Stored items from a collection

=-=-=-=-=

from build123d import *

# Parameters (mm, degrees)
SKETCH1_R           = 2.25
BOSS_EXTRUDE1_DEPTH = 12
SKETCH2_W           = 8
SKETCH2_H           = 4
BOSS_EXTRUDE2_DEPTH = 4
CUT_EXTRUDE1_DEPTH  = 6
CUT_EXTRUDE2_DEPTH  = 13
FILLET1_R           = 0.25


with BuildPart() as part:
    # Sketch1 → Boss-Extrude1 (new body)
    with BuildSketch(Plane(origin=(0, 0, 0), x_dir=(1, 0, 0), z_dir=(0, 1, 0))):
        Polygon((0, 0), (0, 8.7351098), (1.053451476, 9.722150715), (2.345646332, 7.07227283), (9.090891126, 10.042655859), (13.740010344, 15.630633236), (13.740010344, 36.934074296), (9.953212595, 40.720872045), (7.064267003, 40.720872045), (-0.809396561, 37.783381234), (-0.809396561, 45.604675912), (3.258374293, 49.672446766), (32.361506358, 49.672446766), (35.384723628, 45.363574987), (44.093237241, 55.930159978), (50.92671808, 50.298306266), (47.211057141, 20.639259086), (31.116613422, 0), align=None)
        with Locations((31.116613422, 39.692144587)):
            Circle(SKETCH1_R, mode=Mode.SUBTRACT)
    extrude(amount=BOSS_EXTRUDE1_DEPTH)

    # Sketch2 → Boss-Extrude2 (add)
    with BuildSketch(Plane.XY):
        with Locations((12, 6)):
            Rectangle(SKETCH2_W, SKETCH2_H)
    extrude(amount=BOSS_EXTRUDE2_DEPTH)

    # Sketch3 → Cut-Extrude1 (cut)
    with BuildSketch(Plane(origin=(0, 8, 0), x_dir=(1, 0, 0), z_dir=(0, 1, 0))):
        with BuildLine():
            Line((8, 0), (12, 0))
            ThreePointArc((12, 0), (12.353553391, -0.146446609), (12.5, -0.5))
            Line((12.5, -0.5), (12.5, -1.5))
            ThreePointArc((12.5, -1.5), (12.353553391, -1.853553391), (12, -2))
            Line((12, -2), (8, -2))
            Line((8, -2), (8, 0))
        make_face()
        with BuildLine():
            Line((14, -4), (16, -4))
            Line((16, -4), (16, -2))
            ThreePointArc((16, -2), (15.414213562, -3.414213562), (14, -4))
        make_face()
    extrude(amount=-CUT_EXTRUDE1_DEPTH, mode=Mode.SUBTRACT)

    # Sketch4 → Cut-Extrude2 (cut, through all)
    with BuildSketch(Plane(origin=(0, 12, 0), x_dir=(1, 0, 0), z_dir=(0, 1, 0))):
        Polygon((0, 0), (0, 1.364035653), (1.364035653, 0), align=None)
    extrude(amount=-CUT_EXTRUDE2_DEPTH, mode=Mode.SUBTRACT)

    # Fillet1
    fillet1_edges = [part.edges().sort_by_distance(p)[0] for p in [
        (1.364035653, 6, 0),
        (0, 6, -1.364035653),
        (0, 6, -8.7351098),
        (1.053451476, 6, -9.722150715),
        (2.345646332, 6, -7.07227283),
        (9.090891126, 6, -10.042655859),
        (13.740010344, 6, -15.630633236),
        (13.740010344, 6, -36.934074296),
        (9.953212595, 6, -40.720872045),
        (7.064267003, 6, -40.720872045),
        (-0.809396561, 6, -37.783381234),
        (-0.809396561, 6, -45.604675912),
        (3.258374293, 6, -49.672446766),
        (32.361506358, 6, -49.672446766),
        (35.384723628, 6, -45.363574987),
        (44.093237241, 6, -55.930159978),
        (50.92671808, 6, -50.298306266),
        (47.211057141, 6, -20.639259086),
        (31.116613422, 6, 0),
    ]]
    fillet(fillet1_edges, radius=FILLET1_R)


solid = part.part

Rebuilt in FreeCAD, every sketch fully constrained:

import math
import FreeCAD as App
import Part
import Sketcher

V = App.Vector
Q = App.Units.Quantity


def edges_at(feature, points):
    """Names of the edges that pass closest to the given points."""
    edges = feature.Shape.Edges
    near = lambda p: min(range(len(edges)), key=lambda i: edges[i].distToShape(Part.Vertex(*p))[0])
    return sorted({f"Edge{near(p) + 1}" for p in points})

doc = App.newDocument("Part")
body = doc.addObject("PartDesign::Body", "Body")

# Sketch on XZ plane
sketch1 = doc.addObject("Sketcher::SketchObject", "Sketch")
body.addObject(sketch1)
sketch1.AttachmentSupport = (doc.XZ_Plane, [""])
sketch1.MapMode = "FlatFace"
sketch1.addGeometry([
    Part.LineSegment(V(0, -8.73511, 0), V(0, 0, 0)),  # 0
    Part.LineSegment(V(0, 0, 0), V(31.116613, 0, 0)),  # 1
    Part.LineSegment(V(31.116613, 0, 0), V(47.211057, -20.639259, 0)),  # 2
    Part.LineSegment(V(47.211057, -20.639259, 0), V(50.926718, -50.298306, 0)),  # 3
    Part.LineSegment(V(50.926718, -50.298306, 0), V(44.093237, -55.93016, 0)),  # 4
    Part.LineSegment(V(44.093237, -55.93016, 0), V(35.384724, -45.363575, 0)),  # 5
    Part.LineSegment(V(35.384724, -45.363575, 0), V(32.361506, -49.672447, 0)),  # 6
    Part.LineSegment(V(32.361506, -49.672447, 0), V(3.258374, -49.672447, 0)),  # 7
    Part.LineSegment(V(3.258374, -49.672447, 0), V(-0.809397, -45.604676, 0)),  # 8
    Part.LineSegment(V(-0.809397, -45.604676, 0), V(-0.809397, -37.783381, 0)),  # 9
    Part.LineSegment(V(-0.809397, -37.783381, 0), V(7.064267, -40.720872, 0)),  # 10
    Part.LineSegment(V(7.064267, -40.720872, 0), V(9.953213, -40.720872, 0)),  # 11
    Part.LineSegment(V(9.953213, -40.720872, 0), V(13.74001, -36.934074, 0)),  # 12
    Part.LineSegment(V(13.74001, -36.934074, 0), V(13.74001, -15.630633, 0)),  # 13
    Part.LineSegment(V(13.74001, -15.630633, 0), V(9.090891, -10.042656, 0)),  # 14
    Part.LineSegment(V(9.090891, -10.042656, 0), V(2.345646, -7.072273, 0)),  # 15
    Part.LineSegment(V(2.345646, -7.072273, 0), V(1.053451, -9.722151, 0)),  # 16
    Part.LineSegment(V(1.053451, -9.722151, 0), V(0, -8.73511, 0)),  # 17
    Part.Circle(V(31.116613, -39.692145, 0), V(0, 0, 1), 2.25),  # 18
], False)
sketch1.addConstraint([
    Sketcher.Constraint("Coincident", 0, 2, 1, 1),
    Sketcher.Constraint("Coincident", 1, 2, 2, 1),
    Sketcher.Constraint("Coincident", 2, 2, 3, 1),
    Sketcher.Constraint("Coincident", 3, 2, 4, 1),
    Sketcher.Constraint("Coincident", 4, 2, 5, 1),
    Sketcher.Constraint("Coincident", 5, 2, 6, 1),
    Sketcher.Constraint("Coincident", 6, 2, 7, 1),
    Sketcher.Constraint("Coincident", 7, 2, 8, 1),
    Sketcher.Constraint("Coincident", 8, 2, 9, 1),
    Sketcher.Constraint("Coincident", 9, 2, 10, 1),
    Sketcher.Constraint("Coincident", 10, 2, 11, 1),
    Sketcher.Constraint("Coincident", 11, 2, 12, 1),
    Sketcher.Constraint("Coincident", 12, 2, 13, 1),
    Sketcher.Constraint("Coincident", 13, 2, 14, 1),
    Sketcher.Constraint("Coincident", 14, 2, 15, 1),
    Sketcher.Constraint("Coincident", 15, 2, 16, 1),
    Sketcher.Constraint("Coincident", 16, 2, 17, 1),
    Sketcher.Constraint("Coincident", 17, 2, 0, 1),
    Sketcher.Constraint("Vertical", 0),
    Sketcher.Constraint("Horizontal", 1),
    Sketcher.Constraint("Horizontal", 7),
    Sketcher.Constraint("Vertical", 9),
    Sketcher.Constraint("Horizontal", 11),
    Sketcher.Constraint("Vertical", 13),
    Sketcher.Constraint("Coincident", 0, 2, -1, 1),
    Sketcher.Constraint("Perpendicular", 4, 5),
    Sketcher.Constraint("Perpendicular", 8, 12),
    Sketcher.Constraint("Vertical", 18, 3, 1, 2),
    Sketcher.Constraint("Diameter", 18, Q("4.5 mm")),
    Sketcher.Constraint("Angle", 8, Q("135 deg")),
    Sketcher.Constraint("Angle", 14, Q("129.759984 deg")),
    Sketcher.Constraint("Distance", 2, Q("26.172698 mm")),
    Sketcher.Constraint("Distance", 14, Q("7.269099 mm")),
    Sketcher.Constraint("DistanceY", 0, 1, 0, 2, Q("8.73511 mm")),
    Sketcher.Constraint("DistanceY", 13, 1, 13, 2, Q("21.303441 mm")),
    Sketcher.Constraint("DistanceY", 4, 2, 2, 2, Q("35.290901 mm")),
    Sketcher.Constraint("DistanceY", 8, 2, 5, 2, Q("0.241101 mm")),
    Sketcher.Constraint("DistanceX", 11, 2, 18, 3, Q("21.163401 mm")),
    Sketcher.Constraint("DistanceY", 8, 2, 12, 2, Q("8.670602 mm")),
    Sketcher.Constraint("Distance", 3, Q("29.890889 mm")),
    Sketcher.Constraint("Distance", 4, Q("8.855181 mm")),
    Sketcher.Constraint("Distance", 6, Q("5.26367 mm")),
    Sketcher.Constraint("Distance", 12, Q("5.355341 mm")),
    Sketcher.Constraint("Distance", 17, Q("1.44361 mm")),
    Sketcher.Constraint("DistanceX", 1, 1, 1, 2, Q("31.116613 mm")),
    Sketcher.Constraint("DistanceX", 7, 2, 7, 1, Q("29.103132 mm")),
    Sketcher.Constraint("DistanceX", 11, 1, 11, 2, Q("2.888946 mm")),
    Sketcher.Constraint("DistanceY", 9, 1, 9, 2, Q("7.821295 mm")),
    Sketcher.Constraint("DistanceY", 2, 2, -1, 1, Q("20.639259 mm")),
    Sketcher.Constraint("DistanceX", -1, 1, 3, 2, Q("50.926718 mm")),
    Sketcher.Constraint("DistanceY", 9, 2, -1, 1, Q("37.783381 mm")),
    Sketcher.Constraint("DistanceX", -1, 1, 16, 2, Q("1.053451 mm")),
    Sketcher.Constraint("DistanceY", 3, 2, 18, 3, Q("10.606162 mm")),
    Sketcher.Constraint("DistanceY", 6, 2, 5, 2, Q("4.308872 mm")),
    Sketcher.Constraint("DistanceY", 13, 2, 15, 2, Q("8.55836 mm")),
    Sketcher.Constraint("Distance", 15, Q("7.370312 mm")),
])
pad1 = doc.addObject("PartDesign::Pad", "Pad")
body.addObject(pad1)
pad1.Profile = sketch1
pad1.Length = 12
pad1.Reversed = True

# Sketch on XY plane
sketch2 = doc.addObject("Sketcher::SketchObject", "Sketch001")
body.addObject(sketch2)
sketch2.AttachmentSupport = (doc.XY_Plane, [""])
sketch2.MapMode = "FlatFace"
sketch2.addGeometry([
    Part.LineSegment(V(8, 8, 0), V(8, 4, 0)),
    Part.LineSegment(V(8, 4, 0), V(16, 4, 0)),
    Part.LineSegment(V(16, 4, 0), V(16, 8, 0)),
    Part.LineSegment(V(16, 8, 0), V(8, 8, 0)),
], False)
sketch2.addConstraint([
    Sketcher.Constraint("Coincident", 0, 2, 1, 1),
    Sketcher.Constraint("Coincident", 1, 2, 2, 1),
    Sketcher.Constraint("Coincident", 2, 2, 3, 1),
    Sketcher.Constraint("Coincident", 3, 2, 0, 1),
    Sketcher.Constraint("Vertical", 0),
    Sketcher.Constraint("Horizontal", 1),
    Sketcher.Constraint("Vertical", 2),
    Sketcher.Constraint("Horizontal", 3),
    Sketcher.Constraint("DistanceX", 1, 1, 1, 2, Q("8 mm")),
    Sketcher.Constraint("DistanceY", 0, 2, 0, 1, Q("4 mm")),
    Sketcher.Constraint("DistanceX", -1, 1, 0, 2, Q("8 mm")),
    Sketcher.Constraint("DistanceY", -1, 1, 0, 2, Q("4 mm")),
])
pad2 = doc.addObject("PartDesign::Pad", "Pad001")
body.addObject(pad2)
pad2.Profile = sketch2
pad2.Length = 4

# Sketch on XZ plane
sketch3 = doc.addObject("Sketcher::SketchObject", "Sketch002")
body.addObject(sketch3)
sketch3.AttachmentSupport = (doc.XZ_Plane, [""])
sketch3.MapMode = "FlatFace"
sketch3.AttachmentOffset = App.Placement(V(0, 0, -8), App.Rotation())
sketch3.addGeometry([
    Part.LineSegment(V(12, 0, 0), V(8, 0, 0)),  # 0
    Part.LineSegment(V(8, 0, 0), V(8, 2, 0)),  # 1
    Part.LineSegment(V(8, 2, 0), V(12, 2, 0)),  # 2
    Part.ArcOfCircle(Part.Circle(V(12, 1.5, 0), V(0, 0, 1), 0.5), math.radians(0), math.radians(90)),  # 3
    Part.LineSegment(V(12.5, 1.5, 0), V(12.5, 0.5, 0)),  # 4
    Part.ArcOfCircle(Part.Circle(V(12, 0.5, 0), V(0, 0, 1), 0.5), math.radians(-90), math.radians(0)),  # 5
    Part.LineSegment(V(14, 4, 0), V(16, 4, 0)),  # 6
    Part.LineSegment(V(16, 4, 0), V(16, 2, 0)),  # 7
    Part.ArcOfCircle(Part.Circle(V(14, 2, 0), V(0, 0, 1), 2), math.radians(0), math.radians(90)),  # 8
], False)
sketch3.addConstraint([
    Sketcher.Constraint("Coincident", 0, 2, 1, 1),
    Sketcher.Constraint("Coincident", 1, 2, 2, 1),
    Sketcher.Constraint("Tangent", 2, 2, 3, 2),
    Sketcher.Constraint("Tangent", 3, 1, 4, 1),
    Sketcher.Constraint("Tangent", 4, 2, 5, 2),
    Sketcher.Constraint("Tangent", 5, 1, 0, 1),
    Sketcher.Constraint("Coincident", 6, 2, 7, 1),
    Sketcher.Constraint("Tangent", 7, 2, 8, 1),
    Sketcher.Constraint("Tangent", 8, 2, 6, 1),
    Sketcher.Constraint("Horizontal", 0),
    Sketcher.Constraint("Vertical", 1),
    Sketcher.Constraint("Horizontal", 2),
    Sketcher.Constraint("Vertical", 4),
    Sketcher.Constraint("Horizontal", 6),
    Sketcher.Constraint("Vertical", 7),
    Sketcher.Constraint("Equal", 3, 5),
    Sketcher.Constraint("PointOnObject", 0, 2, -1),
    Sketcher.Constraint("Horizontal", 8, 3, 1, 2),
    Sketcher.Constraint("Equal", 6, 1),
    Sketcher.Constraint("Radius", 8, Q("2 mm")),
    Sketcher.Constraint("Radius", 3, Q("0.5 mm")),
    Sketcher.Constraint("DistanceX", 0, 2, 0, 1, Q("4 mm")),
    Sketcher.Constraint("DistanceX", -1, 1, 3, 3, Q("12 mm")),
    Sketcher.Constraint("DistanceX", -1, 1, 8, 3, Q("14 mm")),
])
pocket1 = doc.addObject("PartDesign::Pocket", "Pocket")
body.addObject(pocket1)
pocket1.Profile = sketch3
pocket1.Length = 6
pocket1.Reversed = True

# Sketch on XZ plane
sketch4 = doc.addObject("Sketcher::SketchObject", "Sketch003")
body.addObject(sketch4)
sketch4.AttachmentSupport = (doc.XZ_Plane, [""])
sketch4.MapMode = "FlatFace"
sketch4.AttachmentOffset = App.Placement(V(0, 0, -12), App.Rotation())
sketch4.addGeometry([
    Part.LineSegment(V(0, -1.364036, 0), V(0, 0, 0)),
    Part.LineSegment(V(0, 0, 0), V(1.364036, 0, 0)),
    Part.LineSegment(V(1.364036, 0, 0), V(0, -1.364036, 0)),
], False)
sketch4.addConstraint([
    Sketcher.Constraint("Coincident", 0, 2, 1, 1),
    Sketcher.Constraint("Coincident", 1, 2, 2, 1),
    Sketcher.Constraint("Coincident", 2, 2, 0, 1),
    Sketcher.Constraint("Vertical", 0),
    Sketcher.Constraint("Horizontal", 1),
    Sketcher.Constraint("Coincident", 0, 2, -1, 1),
    Sketcher.Constraint("Equal", 1, 0),
    Sketcher.Constraint("DistanceX", 1, 1, 1, 2, Q("1.364036 mm")),
])
pocket2 = doc.addObject("PartDesign::Pocket", "Pocket001")
body.addObject(pocket2)
pocket2.Profile = sketch4
pocket2.Type = "ThroughAll"
pocket2.Reversed = True
doc.recompute()

fillet = doc.addObject("PartDesign::Fillet", "Fillet")
body.addObject(fillet)
fillet.Base = (pocket2, edges_at(pocket2, [
    (1.364, 6, 0),
    (0, 6, -1.364),
    (0, 6, -8.735),
    (1.053, 6, -9.722),
    (2.346, 6, -7.072),
    (9.091, 6, -10.043),
    (13.74, 6, -15.631),
    (13.74, 6, -36.934),
    (9.953, 6, -40.721),
    (7.064, 6, -40.721),
    (-0.809, 6, -37.783),
    (-0.809, 6, -45.605),
    (3.258, 6, -49.672),
    (32.362, 6, -49.672),
    (35.385, 6, -45.364),
    (44.093, 6, -55.93),
    (50.927, 6, -50.298),
    (47.211, 6, -20.639),
    (31.117, 6, 0),
]))
fillet.Radius = 0.25

doc.recompute()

=-=-=-=-=

- Assignment
Retype the records above, but only those lines that fall between the line containing "# Parameters (mm, degrees)" and the line containing "with BuildPart() as", with both of those lines included, exactly as written.

- Exercise response
# Parameters (mm, degrees)
SKETCH1_R           = 2.25
BOSS_EXTRUDE1_DEPTH = 12
SKETCH2_W           = 8
SKETCH2_H           = 4
BOSS_EXTRUDE2_DEPTH = 4
CUT_EXTRUDE1_DEPTH  = 6
CUT_EXTRUDE2_DEPTH  = 13
FILLET1_R           = 0.25


with BuildPart() as part:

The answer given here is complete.